In war, it is said that ‘amateurs talk about tactics, but professionals study logistics’. Organising a large academic conference is somewhat similar, as our four-person team of Abigail Watson, Rubrick Biegon and Megan Karlshøj-Pedersen discovered. Our two-day Conceptualising Remote Warfare Conference, which received generous financial support from the British International Studies Association Foreign Policy Working Group, brought together over sixty stakeholders from academia, civil society, and the military. Our keynote lecture was delivered by Sir Hew Strachan and can be listened to here. Organising an event of this scale requires a lot of coordination, not only between organisers but across funders, host institutions, and participants. Presenters, catering and equipment all need to be in the right place at the right time, and these all have a large logistical footprint. Ultimately, the conference was very well-received. Nonetheless, one of the major lessons I took away from the experience was that there are always going to unforeseen challenges which you need to respond to on the day, regardless of how much you plan ahead.

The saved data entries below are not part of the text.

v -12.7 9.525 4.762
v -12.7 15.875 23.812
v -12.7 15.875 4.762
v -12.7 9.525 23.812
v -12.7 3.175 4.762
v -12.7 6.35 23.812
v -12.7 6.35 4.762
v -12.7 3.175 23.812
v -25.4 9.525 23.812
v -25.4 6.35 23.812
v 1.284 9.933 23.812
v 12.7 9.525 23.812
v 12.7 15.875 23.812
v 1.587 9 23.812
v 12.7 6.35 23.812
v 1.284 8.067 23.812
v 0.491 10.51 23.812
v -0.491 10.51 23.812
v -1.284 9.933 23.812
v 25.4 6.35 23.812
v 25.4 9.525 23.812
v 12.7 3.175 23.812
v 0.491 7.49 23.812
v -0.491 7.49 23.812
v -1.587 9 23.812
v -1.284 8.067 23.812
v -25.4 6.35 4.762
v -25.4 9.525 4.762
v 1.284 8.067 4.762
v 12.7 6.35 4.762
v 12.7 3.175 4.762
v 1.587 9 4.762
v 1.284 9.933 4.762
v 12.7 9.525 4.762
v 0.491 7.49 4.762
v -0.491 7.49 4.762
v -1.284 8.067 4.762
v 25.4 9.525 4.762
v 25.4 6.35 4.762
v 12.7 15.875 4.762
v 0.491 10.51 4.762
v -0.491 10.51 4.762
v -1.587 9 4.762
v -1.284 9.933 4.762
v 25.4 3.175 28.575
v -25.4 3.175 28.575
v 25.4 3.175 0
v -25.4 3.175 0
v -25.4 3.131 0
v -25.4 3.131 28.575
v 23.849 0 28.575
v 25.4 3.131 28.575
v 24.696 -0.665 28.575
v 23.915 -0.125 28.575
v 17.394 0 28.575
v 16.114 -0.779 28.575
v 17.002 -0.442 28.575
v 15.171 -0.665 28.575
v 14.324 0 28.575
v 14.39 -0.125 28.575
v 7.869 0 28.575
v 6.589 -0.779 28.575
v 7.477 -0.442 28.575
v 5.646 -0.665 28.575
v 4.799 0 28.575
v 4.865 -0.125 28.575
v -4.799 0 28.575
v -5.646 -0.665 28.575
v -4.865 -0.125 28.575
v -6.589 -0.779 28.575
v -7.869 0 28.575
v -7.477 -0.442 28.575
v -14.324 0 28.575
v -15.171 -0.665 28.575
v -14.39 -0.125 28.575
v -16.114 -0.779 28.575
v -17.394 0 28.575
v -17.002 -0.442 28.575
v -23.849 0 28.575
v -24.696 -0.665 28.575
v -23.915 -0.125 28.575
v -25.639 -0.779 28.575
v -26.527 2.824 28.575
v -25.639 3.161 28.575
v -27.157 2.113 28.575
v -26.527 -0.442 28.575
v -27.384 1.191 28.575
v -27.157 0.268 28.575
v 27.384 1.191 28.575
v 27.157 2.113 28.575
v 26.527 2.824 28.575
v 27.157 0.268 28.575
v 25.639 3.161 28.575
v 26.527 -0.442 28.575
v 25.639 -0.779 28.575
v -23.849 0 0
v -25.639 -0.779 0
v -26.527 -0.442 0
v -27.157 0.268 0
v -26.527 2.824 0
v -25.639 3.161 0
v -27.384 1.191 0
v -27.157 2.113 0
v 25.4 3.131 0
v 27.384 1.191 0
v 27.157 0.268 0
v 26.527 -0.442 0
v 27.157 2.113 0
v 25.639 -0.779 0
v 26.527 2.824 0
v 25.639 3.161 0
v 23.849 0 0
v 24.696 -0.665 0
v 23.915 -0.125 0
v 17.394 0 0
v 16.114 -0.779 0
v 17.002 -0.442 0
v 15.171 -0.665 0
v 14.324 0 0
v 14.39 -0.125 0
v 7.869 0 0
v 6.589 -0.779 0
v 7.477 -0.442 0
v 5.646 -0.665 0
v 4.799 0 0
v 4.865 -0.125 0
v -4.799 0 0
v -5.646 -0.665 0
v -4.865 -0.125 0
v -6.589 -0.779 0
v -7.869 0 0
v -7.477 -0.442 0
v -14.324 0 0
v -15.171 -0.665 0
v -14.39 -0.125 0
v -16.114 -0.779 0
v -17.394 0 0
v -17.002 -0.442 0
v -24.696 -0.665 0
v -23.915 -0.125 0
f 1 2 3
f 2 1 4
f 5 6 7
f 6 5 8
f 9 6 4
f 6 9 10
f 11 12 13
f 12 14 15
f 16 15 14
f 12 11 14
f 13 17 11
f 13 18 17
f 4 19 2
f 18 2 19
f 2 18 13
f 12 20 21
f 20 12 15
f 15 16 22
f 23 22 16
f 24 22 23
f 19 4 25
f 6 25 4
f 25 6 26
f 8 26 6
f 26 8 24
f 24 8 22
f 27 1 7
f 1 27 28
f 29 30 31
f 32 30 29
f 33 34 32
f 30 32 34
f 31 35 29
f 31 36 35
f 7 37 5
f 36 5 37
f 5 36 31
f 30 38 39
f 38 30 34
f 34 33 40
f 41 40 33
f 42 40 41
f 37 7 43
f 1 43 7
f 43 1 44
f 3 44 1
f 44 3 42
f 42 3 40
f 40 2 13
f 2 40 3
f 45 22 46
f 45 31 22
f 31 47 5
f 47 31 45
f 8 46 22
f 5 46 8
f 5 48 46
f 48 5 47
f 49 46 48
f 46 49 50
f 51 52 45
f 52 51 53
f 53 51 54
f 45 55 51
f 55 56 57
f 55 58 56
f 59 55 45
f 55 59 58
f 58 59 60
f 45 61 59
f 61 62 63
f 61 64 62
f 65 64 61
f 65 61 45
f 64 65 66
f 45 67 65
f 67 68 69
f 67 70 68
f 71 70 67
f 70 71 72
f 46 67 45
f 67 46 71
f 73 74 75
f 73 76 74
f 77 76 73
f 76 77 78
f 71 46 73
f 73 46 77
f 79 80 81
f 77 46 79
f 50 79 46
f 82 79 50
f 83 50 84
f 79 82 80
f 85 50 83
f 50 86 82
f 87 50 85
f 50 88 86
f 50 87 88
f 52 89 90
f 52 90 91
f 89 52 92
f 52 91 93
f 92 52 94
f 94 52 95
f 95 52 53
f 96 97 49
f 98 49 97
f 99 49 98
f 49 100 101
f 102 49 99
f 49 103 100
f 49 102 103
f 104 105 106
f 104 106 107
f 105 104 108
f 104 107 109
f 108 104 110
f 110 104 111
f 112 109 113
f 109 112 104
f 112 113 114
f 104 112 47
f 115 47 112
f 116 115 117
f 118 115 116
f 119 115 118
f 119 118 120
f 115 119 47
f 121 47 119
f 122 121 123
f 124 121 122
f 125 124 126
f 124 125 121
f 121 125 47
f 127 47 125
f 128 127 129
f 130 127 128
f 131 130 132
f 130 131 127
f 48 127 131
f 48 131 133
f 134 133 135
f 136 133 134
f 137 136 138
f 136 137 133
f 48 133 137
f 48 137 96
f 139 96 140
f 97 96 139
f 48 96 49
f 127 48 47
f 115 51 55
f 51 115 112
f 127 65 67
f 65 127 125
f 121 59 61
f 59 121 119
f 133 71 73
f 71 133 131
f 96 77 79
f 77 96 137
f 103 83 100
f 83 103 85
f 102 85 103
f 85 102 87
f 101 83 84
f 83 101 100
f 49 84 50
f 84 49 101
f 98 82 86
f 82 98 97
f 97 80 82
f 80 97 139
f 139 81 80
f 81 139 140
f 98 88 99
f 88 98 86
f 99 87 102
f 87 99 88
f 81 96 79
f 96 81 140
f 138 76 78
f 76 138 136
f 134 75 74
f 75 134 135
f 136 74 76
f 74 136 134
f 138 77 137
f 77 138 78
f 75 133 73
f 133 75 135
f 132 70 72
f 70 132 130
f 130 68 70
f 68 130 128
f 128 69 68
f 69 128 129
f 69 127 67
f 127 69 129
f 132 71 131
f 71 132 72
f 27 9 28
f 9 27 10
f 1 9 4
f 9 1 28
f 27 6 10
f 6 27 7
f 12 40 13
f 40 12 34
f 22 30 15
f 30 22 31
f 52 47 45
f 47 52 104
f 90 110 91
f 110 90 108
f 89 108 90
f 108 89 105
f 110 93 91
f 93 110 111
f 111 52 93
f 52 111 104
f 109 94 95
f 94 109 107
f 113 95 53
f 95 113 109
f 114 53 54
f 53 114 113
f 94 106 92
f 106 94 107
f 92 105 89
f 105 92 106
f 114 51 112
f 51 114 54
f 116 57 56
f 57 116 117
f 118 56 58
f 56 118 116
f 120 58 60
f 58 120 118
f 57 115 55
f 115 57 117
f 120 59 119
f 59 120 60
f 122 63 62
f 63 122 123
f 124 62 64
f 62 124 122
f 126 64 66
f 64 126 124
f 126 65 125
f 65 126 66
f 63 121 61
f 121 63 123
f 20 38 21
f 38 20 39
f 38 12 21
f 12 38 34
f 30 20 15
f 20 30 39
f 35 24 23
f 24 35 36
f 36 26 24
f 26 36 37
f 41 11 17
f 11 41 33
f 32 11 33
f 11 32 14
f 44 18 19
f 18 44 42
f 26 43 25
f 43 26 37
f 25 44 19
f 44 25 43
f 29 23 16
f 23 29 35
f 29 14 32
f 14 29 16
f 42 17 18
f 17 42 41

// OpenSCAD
// file: joints.scad
/**
 * joints.scad is part of Paper Laptop project.
 * This file contains various models for joining two or
 * more pieces of flat materials together.
 *
 * @author R. S. Doiel, <rsdoiel@gmail.com>
 * copyright (c) 2016 all rights reserved
 * Released under a BSD 2-clause license
 */

// Foam board firm enough to make a case with is about
// 1/8th to 1/4th inch (6.35mm) thick. Usually sold in single sheets
// of about 20"x30".

//
// Basic models are for parts without any holes for fasteners.
//

/*
 * CornerBasic() - corner joint without fastener hole
 */
module CornerBasic() {
    u = 3.175; // Unit is 3.175mm or 1/8th inch:w
    t = 6.35; // Thickness of the 1/4th" Foam board

    // Inner block, width, depth, height
    translate([0, t, t/2]) {
        difference() {
            color([1,0,0]) cube([25.4, 25.4, 25.4]);
            translate([t*3.5,t*3.5,-1]) {
                color([1,0,1]) cylinder(h=28,r=t*1.25,center=false);
            }
        }
    }

     // Inner shell
    translate([t,2*t,t/2]) {
        color([0,1,0]) cube([50.8-t,t/2,25.4]);
        color([0,1,0]) cube([t/2,50.8-t,25.4]);
    }

    // Outer shell
    color([0,1,0]) cube([50.8,t,25.4+t]);
    translate([-t,t,0]) {
        color([0,1,0]) cube([t,50.8,25.4+t]);
    }
    // Outer corners
    translate([u*-1,u,0]) {
        color([0,1,0]) cylinder(h=25.4+t,r=1.5*u,center=false);
    }

    // Outer bumps
    translate([u*-1.25,u*18,0]) {
        color([0,1,0]) cylinder(h=25.4+t,r=1.25*u,center=false);
    }
    translate([u*-1.25,u*12,0]) {
        color([0,1,0]) cylinder(h=25.4+t,r=1.25*u,center=false);
    }
    translate([u*-1.25,u*6,0]) {
        color([0,1,0]) cylinder(h=25.4+t,r=1.25*u,center=false);
    }

    translate([u*16,u*0.75,0]) {
        color([0,1,0]) cylinder(h=25.4+t,r=1.25*u,center=false);
    }
    translate([u*10,u*0.75,0]) {
        color([0,1,0]) cylinder(h=25.4+t,r=1.25*u,center=false);
    }
    translate([u*4,u*0.75,0]) {
        color([0,1,0]) cylinder(h=25.4+t,r=1.25*u,center=false);
    }
}

//
// Corner() basic corner joint plus hole for fastener
//
module Corner() {
    // Scale down the basic corner so that the
    // for 50% width/depth, 75% of height
    scale([0.5, 0.5, 0.75]) {
        difference() {
            u = 3.175;
            CornerBasic();
            // Add a hole for screw
            translate([12,18,0]) {
                color([0,0,1]) cylinder(
                    h=25.4+(4*u),
                    r=u,
                    center=false
                );
            }
        }
    }
}

//
// EndBasic
//
module EndBasic() {
    u = 3.175; // Unit is 3.175mm or 1/8th inch:w
    t = 6.35; // Thickness of the 1/4th" Foamboard

    // Inner block, width, depth, height
    translate([0, t, t]) {
            color([1,0,0]) cube([25.4, 25.4, 25.4]);
    }
    // Outer shell
    color([0,1,0]) cube([50.8,t,25.4+(2*t)]);

    // Outer corners
    translate([u*-1,u,0]) {
        color([0,1,0]) cylinder(h=25.4+(2*t),r=1.5*u,center=false);
    }

    translate([u*16,u*0.75,0]) {
        color([0,1,0]) cylinder(h=25.4+(2*t),r=1.25*u,center=false);
    }
    translate([u*10,u*0.75,0]) {
        color([0,1,0]) cylinder(h=25.4+(2*t),r=1.25*u,center=false);
    }
    translate([u*4,u*0.75,0]) {
        color([0,1,0]) cylinder(h=25.4+(2*t),r=1.25*u,center=false);
    }

    // Inner shell
    translate([t,2*t,t]) {
        color([0,1,0]) cube([50.8-t,t,25.4]);
    }
}

//
// End() basic corner joint plus hole for fastener
//
module End() {
    // Scale down the basic corner so that the
    // for 50% width/depth, 75% of height
    scale([0.5, 0.5, 0.75]) {
        difference() {
            u = 3.175;
            EndBasic();
            // Add a hole for screw
            translate([12,18,0]) {
                color([0,0,1]) cylinder(h=25.4+(4*u),r=u,center=false);
            }
        }
    }
}

//
// SpliceBasic
//
module SpliceBasic() {
    u = 3.175; // Unit is 3.175mm or 1/8th inch:w
    t = 6.35; // Thickness of the 1/4th" Foamboard

    // Inner block (cube: [width, depth, height])
    translate([0, t, t]) {
            color([1,0,0]) cube([25.4, 25.4, 25.4]);
    }
    // Outer shell
    color([0,1,0]) cube([50.8,t,25.4+(2*t)]);

    // Outer corners
    translate([u*16,u*0.75,0]) {
        color([0,1,0]) cylinder(h=25.4+(2*t),r=1.25*u,center=false);
    }
    translate([u*10,u*0.75,0]) {
        color([0,1,0]) cylinder(h=25.4+(2*t),r=1.25*u,center=false);
    }
    translate([u*4,u*0.75,0]) {
        color([0,1,0]) cylinder(h=25.4+(2*t),r=1.25*u,center=false);
    }

    // Inner shell
    translate([t,2*t,t]) {
        color([0,1,0]) cube([50.8-t,t,25.4]);
    }

    // Mirrored shapes
    mirror(180) {
        // Inner block (cube: [width, depth, height])
        translate([0, t, t]) {
                color([1,0,0]) cube([25.4, 25.4, 25.4]);
        }
        // Outer shell
        color([0,1,0]) cube([50.8,t,25.4+(2*t)]);

        // Outer corners
        translate([u*16,u*0.75,0]) {
            color([0,1,0]) cylinder(h=25.4+(2*t),r=1.25*u,center=false);
        }
        translate([u*10,u*0.75,0]) {
            color([0,1,0]) cylinder(h=25.4+(2*t),r=1.25*u,center=false);
        }
        translate([u*4,u*0.75,0]) {
            color([0,1,0]) cylinder(h=25.4+(2*t),r=1.25*u,center=false);
        }

        // Inner shell
        translate([t,2*t,t]) {
            color([0,1,0]) cube([50.8-t,t,25.4]);
        }
    }
}

//
// Splice() basic corner joint plus hole for fastener
//
module Splice() {
    scale([0.5, 0.5, 0.75]) {
        difference() {
            u = 3.175;
            SpliceBasic();
            // Add a hole for screw
            translate([0,18,0]) {
                color([0,0,1]) cylinder(h=25.4+(4*u),r=u,center=false);
            }
        }
    }
}


// Four corner joints
module FourCornersGrouped() {
    Corner();
    translate([120,6.35,0]) {
        rotate(90) {
            Corner();
        }
    }
    translate([114, 124, 0]) {
        rotate(180) {
            Corner();
            translate([120,6.35,0]) {
                rotate(90) {
                    Corner();
                }
            }
        }
    }
}

// Two End Pieces
module TwoEndsGrouped() {
    translate([0, 0, 0]) {
        End();
    }
    translate([114, 0, 0]) {
        mirror(180) End();
    }
}

module TwoSplicesGrouped() {
    translate([58, 0, 0]) {
        Splice();
    }
    translate([58, 38, 0]) {
        Splice();
    }
}

//Corner();
//Splice();
//End();
//FourCornersGrouped();
//TwoEndsGrouped();
//TwoSplicesGrouped();
// main file
/**
 * splice.scad - print a single splice
 */
include <joints.scad>

Splice();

Intellectually, one of the defining characteristics of our conference was the breadth of debate. To put this into some perspective, the conference was organised around eight themes: (1) theorising remote warfare (2) oversight and accountability (3) building partner capacity (4) the outsourcing of remote warfare (5) issues of legality and transparency (6) the geographies and intimacies of remote warfare (7) the cost and consequences of remote warfare, and (8) artificial intelligence and the future of remote warfare. One of the major aims of the conference was to provide a forum for a more holistic study of remote warfare, and we were very successful in that regard. Remote warfare is a very vibrant area of study, both in terms of its interdisciplinarity and its scale.  This added significantly to the richness of our conference.

Another big take away from the conference, which you can read about in more detail in this essay, is that the study of remote warfare will continue to be shaped by shifts in both the global security landscape and the patchwork of different professional, normative, and analytical perspectives of those involved in its study. Remote Warfare’s epistemic community – what Peter Hass defined as its “network of professionals with recognised expertise and competence in a particular domain and an authoritative claim to policy relevant knowledge” – is broad. This presents both challenges and opportunities for organising a conference in the way we did. At times, friction emerged between those focused on the technical and operational dimensions of remote warfare and others, particularly those working from more critical perspectives, who scrutinised its effects on human security and democratic accountability. These exchanges speak not only to the vibrancy of the debate on remote warfare, but the unwritten dynamics which shape how contemporary issues of international security are studied.

What are you currently working on?

I am currently working on multiple projects. In addition to the chapter we are co-authoring on Security Cooperation as remote warfare, Rubrick Biegon and I are also currently writing an article examining the continuity in Trump’s counterterrorism policy. Working within the historical materialist tradition, we document how the hegemonic imperatives of the American state are key to categorizing and measuring continuity in the US military response to transnational terrorist organisations.

Alongside this, I am also currently working on two single-authored articles which I am hoping to send out for review before September. The first article advances its own conceptualisation of remote warfare and situates it within the larger scholarly debate on the changing character of Western interventionism. This is with the goal of developing a richer understanding of remoteness in war. The second, article examines the role of security cooperation programmes within contemporary American counterterrorism policy and explains their use in relation to the particular geographies of the American empire.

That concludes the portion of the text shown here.